Zwar sind die Richter bereits gewählt. Ihre Ernennung und Vereidigung nach § 5 ThürVerfGHG steht jedoch noch aus und ist frühestens nach Ablauf der Parlamentsferien im August 1995 zu erwarten. Es mag zulässig sein, schon jetzt bei dem Thüringer Verfassungsgerichtshof gemäß § 10 Abs. 1 ThürVerfGHG Anträge zu stellen (vgl. dazu BbgVerfG, Landes- und Kommunalverwaltung (LKV) 1994, 443). Geht es um den Erlaß einer einstweiligen Anordnung, insbesondere bei besonderer Dringlichkeit, ist Rechtsschutz jedoch nur gegeben, wenn das Gericht nach einer Antragstellung gegebenenfalls auch sofort rechtsprechend tätig werden kann. Das ist nur möglich, wenn das Gericht bereits über die erforderliche Anzahl förmlich ernannter Richter verfügt.

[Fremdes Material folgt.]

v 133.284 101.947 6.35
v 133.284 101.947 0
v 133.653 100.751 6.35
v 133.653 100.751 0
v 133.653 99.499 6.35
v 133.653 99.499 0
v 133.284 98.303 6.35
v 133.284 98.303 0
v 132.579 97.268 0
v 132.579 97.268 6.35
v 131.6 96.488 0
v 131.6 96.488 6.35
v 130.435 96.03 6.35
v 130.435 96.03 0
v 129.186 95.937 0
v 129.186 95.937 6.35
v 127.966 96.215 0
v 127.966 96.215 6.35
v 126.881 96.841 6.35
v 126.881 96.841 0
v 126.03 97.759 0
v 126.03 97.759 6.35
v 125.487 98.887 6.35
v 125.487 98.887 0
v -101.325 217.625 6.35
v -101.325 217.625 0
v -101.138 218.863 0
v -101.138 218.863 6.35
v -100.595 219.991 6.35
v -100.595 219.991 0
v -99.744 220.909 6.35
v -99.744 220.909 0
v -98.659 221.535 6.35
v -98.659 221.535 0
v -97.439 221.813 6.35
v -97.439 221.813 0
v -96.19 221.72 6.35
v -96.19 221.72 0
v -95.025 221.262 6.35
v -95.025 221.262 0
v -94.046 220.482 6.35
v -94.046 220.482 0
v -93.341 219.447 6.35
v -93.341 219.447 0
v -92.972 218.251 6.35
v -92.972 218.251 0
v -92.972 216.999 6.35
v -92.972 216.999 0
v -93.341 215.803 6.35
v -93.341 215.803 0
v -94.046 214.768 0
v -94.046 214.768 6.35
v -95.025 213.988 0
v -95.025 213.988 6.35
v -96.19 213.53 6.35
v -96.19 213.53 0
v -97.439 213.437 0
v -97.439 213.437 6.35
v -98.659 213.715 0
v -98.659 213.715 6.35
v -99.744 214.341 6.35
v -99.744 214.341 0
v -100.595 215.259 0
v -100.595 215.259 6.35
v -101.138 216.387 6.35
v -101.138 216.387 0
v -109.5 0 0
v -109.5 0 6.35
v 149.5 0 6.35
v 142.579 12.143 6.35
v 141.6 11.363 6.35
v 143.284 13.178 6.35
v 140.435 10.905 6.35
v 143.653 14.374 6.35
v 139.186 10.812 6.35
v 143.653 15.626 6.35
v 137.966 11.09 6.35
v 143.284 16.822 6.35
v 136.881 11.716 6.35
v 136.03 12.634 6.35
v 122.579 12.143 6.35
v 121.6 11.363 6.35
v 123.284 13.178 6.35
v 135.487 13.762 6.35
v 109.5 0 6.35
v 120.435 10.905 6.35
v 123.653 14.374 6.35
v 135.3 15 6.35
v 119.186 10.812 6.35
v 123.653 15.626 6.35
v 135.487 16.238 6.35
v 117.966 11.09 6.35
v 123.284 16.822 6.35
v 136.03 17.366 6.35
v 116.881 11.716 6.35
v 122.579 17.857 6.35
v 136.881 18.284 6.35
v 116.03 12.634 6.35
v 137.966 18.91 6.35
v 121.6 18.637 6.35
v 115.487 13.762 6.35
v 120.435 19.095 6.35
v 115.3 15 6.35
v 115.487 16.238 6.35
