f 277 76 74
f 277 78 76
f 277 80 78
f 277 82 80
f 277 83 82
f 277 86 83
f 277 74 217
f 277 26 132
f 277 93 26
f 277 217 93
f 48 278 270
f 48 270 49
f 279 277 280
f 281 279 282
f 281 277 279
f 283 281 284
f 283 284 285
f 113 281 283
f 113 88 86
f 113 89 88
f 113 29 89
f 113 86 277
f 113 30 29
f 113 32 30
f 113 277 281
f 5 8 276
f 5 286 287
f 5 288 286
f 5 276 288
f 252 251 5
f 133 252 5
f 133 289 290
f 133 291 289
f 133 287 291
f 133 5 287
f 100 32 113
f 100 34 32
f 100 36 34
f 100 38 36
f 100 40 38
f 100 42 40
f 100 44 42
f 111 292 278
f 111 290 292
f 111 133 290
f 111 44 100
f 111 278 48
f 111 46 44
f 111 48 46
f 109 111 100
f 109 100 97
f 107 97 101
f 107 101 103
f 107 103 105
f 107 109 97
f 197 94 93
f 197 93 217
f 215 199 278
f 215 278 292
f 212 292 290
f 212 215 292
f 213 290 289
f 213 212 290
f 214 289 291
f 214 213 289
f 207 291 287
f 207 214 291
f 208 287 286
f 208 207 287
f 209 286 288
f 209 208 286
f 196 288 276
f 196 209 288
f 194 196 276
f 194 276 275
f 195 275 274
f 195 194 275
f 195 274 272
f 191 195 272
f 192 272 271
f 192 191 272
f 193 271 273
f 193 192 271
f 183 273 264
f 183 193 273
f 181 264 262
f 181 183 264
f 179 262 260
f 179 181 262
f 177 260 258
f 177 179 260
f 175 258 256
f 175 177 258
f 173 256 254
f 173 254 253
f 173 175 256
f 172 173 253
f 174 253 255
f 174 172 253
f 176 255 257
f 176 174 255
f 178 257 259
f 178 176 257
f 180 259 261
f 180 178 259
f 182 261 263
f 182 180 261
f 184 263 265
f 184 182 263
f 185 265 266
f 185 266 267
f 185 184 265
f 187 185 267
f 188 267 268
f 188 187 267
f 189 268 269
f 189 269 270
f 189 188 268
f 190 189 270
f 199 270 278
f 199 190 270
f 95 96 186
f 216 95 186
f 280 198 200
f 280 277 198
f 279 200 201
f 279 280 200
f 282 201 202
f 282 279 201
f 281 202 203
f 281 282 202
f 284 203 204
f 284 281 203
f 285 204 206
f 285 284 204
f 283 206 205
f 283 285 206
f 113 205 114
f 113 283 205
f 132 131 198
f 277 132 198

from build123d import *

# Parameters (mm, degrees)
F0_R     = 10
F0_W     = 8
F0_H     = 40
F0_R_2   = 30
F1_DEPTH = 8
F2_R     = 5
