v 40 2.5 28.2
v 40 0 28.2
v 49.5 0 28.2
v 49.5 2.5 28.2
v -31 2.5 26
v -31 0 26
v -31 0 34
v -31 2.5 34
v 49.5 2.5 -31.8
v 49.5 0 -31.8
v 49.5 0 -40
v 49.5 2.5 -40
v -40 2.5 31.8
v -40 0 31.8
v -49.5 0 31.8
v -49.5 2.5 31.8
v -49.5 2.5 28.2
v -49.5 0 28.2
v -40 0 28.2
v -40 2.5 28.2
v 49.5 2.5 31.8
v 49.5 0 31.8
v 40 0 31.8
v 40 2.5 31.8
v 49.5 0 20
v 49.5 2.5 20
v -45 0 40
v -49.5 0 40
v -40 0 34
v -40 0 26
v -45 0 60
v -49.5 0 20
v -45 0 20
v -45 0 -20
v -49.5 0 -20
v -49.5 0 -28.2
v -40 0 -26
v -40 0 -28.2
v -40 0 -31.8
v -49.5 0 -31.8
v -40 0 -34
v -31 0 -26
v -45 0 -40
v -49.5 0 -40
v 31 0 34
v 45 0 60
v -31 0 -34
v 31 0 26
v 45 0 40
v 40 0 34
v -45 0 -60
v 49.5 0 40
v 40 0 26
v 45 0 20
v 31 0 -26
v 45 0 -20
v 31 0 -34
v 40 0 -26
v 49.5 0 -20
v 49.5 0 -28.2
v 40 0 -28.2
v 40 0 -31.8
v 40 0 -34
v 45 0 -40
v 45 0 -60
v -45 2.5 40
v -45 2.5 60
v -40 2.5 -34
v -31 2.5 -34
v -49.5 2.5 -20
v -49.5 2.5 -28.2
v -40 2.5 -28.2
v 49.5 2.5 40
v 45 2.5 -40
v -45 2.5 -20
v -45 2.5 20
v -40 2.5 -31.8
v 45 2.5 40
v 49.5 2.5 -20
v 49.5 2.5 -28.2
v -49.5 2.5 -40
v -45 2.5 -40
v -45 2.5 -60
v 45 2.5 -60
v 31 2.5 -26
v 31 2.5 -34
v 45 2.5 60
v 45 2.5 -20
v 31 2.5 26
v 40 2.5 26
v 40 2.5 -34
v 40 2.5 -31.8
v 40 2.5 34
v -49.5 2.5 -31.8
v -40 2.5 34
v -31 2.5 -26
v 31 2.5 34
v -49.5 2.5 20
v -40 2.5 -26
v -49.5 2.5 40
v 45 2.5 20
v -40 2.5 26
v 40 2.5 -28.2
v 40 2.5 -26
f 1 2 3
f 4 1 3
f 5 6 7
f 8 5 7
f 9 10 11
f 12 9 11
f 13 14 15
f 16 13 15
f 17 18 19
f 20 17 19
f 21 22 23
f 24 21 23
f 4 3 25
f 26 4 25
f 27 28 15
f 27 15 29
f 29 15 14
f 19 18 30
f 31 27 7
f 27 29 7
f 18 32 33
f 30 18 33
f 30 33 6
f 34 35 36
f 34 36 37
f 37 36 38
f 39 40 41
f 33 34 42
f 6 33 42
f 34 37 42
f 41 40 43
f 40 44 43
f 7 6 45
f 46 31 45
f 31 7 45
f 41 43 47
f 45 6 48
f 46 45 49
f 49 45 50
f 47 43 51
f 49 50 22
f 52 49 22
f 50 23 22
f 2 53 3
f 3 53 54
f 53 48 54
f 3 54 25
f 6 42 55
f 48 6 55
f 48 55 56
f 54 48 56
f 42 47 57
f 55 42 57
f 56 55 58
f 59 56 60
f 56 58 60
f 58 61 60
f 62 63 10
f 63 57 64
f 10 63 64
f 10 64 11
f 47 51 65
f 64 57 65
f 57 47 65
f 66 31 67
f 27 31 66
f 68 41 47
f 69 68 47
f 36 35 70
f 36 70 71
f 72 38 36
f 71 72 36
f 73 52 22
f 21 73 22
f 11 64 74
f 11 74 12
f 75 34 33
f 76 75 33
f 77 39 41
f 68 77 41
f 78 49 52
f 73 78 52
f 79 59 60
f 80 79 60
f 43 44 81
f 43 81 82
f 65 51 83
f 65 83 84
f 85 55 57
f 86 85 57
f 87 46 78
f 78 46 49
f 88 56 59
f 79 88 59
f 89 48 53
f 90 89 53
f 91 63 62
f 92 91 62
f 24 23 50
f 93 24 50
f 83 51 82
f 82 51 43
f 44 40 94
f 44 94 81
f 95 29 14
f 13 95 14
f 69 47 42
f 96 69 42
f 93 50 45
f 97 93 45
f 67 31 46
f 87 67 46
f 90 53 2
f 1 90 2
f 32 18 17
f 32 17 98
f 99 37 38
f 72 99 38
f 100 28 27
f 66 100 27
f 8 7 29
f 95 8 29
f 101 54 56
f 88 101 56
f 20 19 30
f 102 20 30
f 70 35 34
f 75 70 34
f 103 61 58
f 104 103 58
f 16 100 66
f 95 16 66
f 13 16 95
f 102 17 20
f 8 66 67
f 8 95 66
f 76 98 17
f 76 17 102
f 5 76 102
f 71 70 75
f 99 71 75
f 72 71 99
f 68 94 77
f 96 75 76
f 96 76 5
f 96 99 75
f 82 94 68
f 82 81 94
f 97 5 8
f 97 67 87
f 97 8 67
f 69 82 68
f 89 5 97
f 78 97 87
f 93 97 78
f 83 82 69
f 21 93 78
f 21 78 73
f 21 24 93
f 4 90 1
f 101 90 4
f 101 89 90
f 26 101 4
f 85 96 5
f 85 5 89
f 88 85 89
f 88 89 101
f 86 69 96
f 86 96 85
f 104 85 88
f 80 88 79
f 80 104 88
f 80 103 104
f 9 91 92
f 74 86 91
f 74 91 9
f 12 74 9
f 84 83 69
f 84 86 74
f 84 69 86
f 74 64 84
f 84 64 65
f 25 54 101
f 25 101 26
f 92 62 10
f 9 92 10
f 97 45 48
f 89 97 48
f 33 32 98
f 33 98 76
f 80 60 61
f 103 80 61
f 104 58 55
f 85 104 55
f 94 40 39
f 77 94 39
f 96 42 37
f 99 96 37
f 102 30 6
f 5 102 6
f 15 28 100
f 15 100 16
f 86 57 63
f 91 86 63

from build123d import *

# Parameters (mm, degrees)
SKETCH1_W           = 90
SKETCH1_H           = 20
SKETCH1_W_2         = 4.5
SKETCH1_H_2         = 8.2
SKETCH1_W_3         = 62
SKETCH1_H_3         = 3.6
SKETCH1_H_4         = 40
BOSS_EXTRUDE1_DEPTH = 2.5


with BuildPart() as part:
    # Sketch1 → Boss-Extrude1 (new body)
    with BuildSketch(Plane(origin=(0, 0, 0), x_dir=(1, 0, 0), z_dir=(0, 1, 0))):
        with Locations((0, 50)):
            Rectangle(SKETCH1_W, SKETCH1_H)
        Polygon((-45, 40), (-45, 31.8), (-40, 31.8), (-40, 34), (-31, 34), (-31, 31.8), (31, 31.8), (31, 34), (40, 34), (40, 31.8), (45, 31.8), (45, 40), align=None)
        with Locations((-47.25, 35.9)):
            Rectangle(SKETCH1_W_2, SKETCH1_H_2)
        with Locations((-47.25, 24.1)):
            Rectangle(SKETCH1_W_2, SKETCH1_H_2)
        Polygon((-45, 28.2), (-45, 20), (45, 20), (45, 28.2), (40, 28.2), (40, 26), (31, 26), (31, 28.2), (-31, 28.2), (-31, 26), (-40, 26), (-40, 28.2), align=None)
        with Locations((0, 30)):
            Rectangle(SKETCH1_W_3, SKETCH1_H_3)
        Rectangle(SKETCH1_W, SKETCH1_H_4)
        Polygon((-45, -20), (-45, -28.2), (-40, -28.2), (-40, -26), (-31, -26), (-31, -28.2), (31, -28.2), (31, -26), (40, -26), (40, -28.2), (45, -28.2), (45, -20), align=None)
        with Locations((-47.25, -24.1)):
            Rectangle(SKETCH1_W_2, SKETCH1_H_2)
        with Locations((-47.25, -35.9)):
            Rectangle(SKETCH1_W_2, SKETCH1_H_2)
        Polygon((-45, -31.8), (-45, -40), (45, -40), (45, -31.8), (40, -31.8), (40, -34), (31, -34), (31, -31.8), (-31, -31.8), (-31, -34), (-40, -34), (-40, -31.8), align=None)
        with Locations((0, -30)):
            Rectangle(SKETCH1_W_3, SKETCH1_H_3)
        with Locations((47.25, -24.1)):
            Rectangle(SKETCH1_W_2, SKETCH1_H_2)
        with Locations((47.25, -35.9)):
            Rectangle(SKETCH1_W_2, SKETCH1_H_2)
        with Locations((47.25, 24.1)):
            Rectangle(SKETCH1_W_2, SKETCH1_H_2)
        with Locations((47.25, 35.9)):
            Rectangle(SKETCH1_W_2, SKETCH1_H_2)
        with Locations((0, -50)):
            Rectangle(SKETCH1_W, SKETCH1_H)
    extrude(amount=BOSS_EXTRUDE1_DEPTH)


solid = part.part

3. Soweit der Antrag in der Hauptsache sich gegen § 1 Abs. 2 ThürAbgG richte, ist er allerdings unzulässig. Insoweit wurde die Frist des § 64 Abs. 3 i.V.m. § 71 Abs. 2 BVerfGG nicht gewahrt. Das Thüringer Abgeordnetengesetz wurde bereits am 13. Februar 1991 verkündet. Jedenfalls seit der Konstituierung des Thüringer Landtags am 10. November 1994 war die Antragstellerin auch antragsbefugt (vgl. hierzu näher BVerfG, Beschluß vom 23.01.1995 - 2 BvR 6/94 und 7/94, Umdruck, S. 10). Ihr Antrag ist beim Bundesverfassungsgericht jedoch erst am 12. Juli 1995 eingegangen.
Im übrigen sind Bedenken gegen die Zulässigkeit des Antrags in der Hauptsache nicht ersichtlich.
4. Die Voraussetzung, daß der Antrag in der Hauptsache nicht offensichtlich unbegründet erscheinen darf, kann im vorliegenden Fall ungeprüft bleiben. Denn der schwere Nachteil im Sinne von § 32 Abs. 1 BVerfGG, den es im Wege des Erlasses einer einstweiligen Anordnung abzuwehren gilt, besteht hier schon darin, daß die Antragstellerin den ihr zur Wahrnehmung ihrer Rechte als Abgeordnete des Thüringer Landtags durch Art. 80 Abs. 1 Nr. 3 ThürVerf i.V.m. §§ 11 Nr. 3, 38 ff. ThürVerfGHG eröffneten Rechtsweg zum Thüringer Verfassungsgerichtshof zwar gegenwärtig möglicherweise schon beschreiten, effektiven Rechtsschutz aber wegen der noch ausstehenden Ernennung und Vereidigung der - bereits gewählten - Richter dort noch nicht finden kann. In dieser Lage bleibt es dem an sich zuständigen, in Kürze seine Tätigkeit aufnehmenden Verfassungsgerichtshof des Freistaats Thüringen überlassen, eine etwaige Erfolgsaussicht des Antrags am Maßstab des Landesverfassungsrechts zu beurteilen. Da jedenfalls bis zu dem Zeitpunkt, zu dem die Antragstellerin beim Thüringer Verfassungsgerichtshof Rechtsschutz finden kann, ein überwiegendes Interesse des Antragsgegners daran, in den Besitz von Informationen über eine etwaige Zusammenarbeit der Antragstellerin mit dem Mfs/AfNS zu gelangen, nicht erkennbar ist, war die einstweilige Anordnung, wie aus dem Tenor ersichtlich, zu erlassen.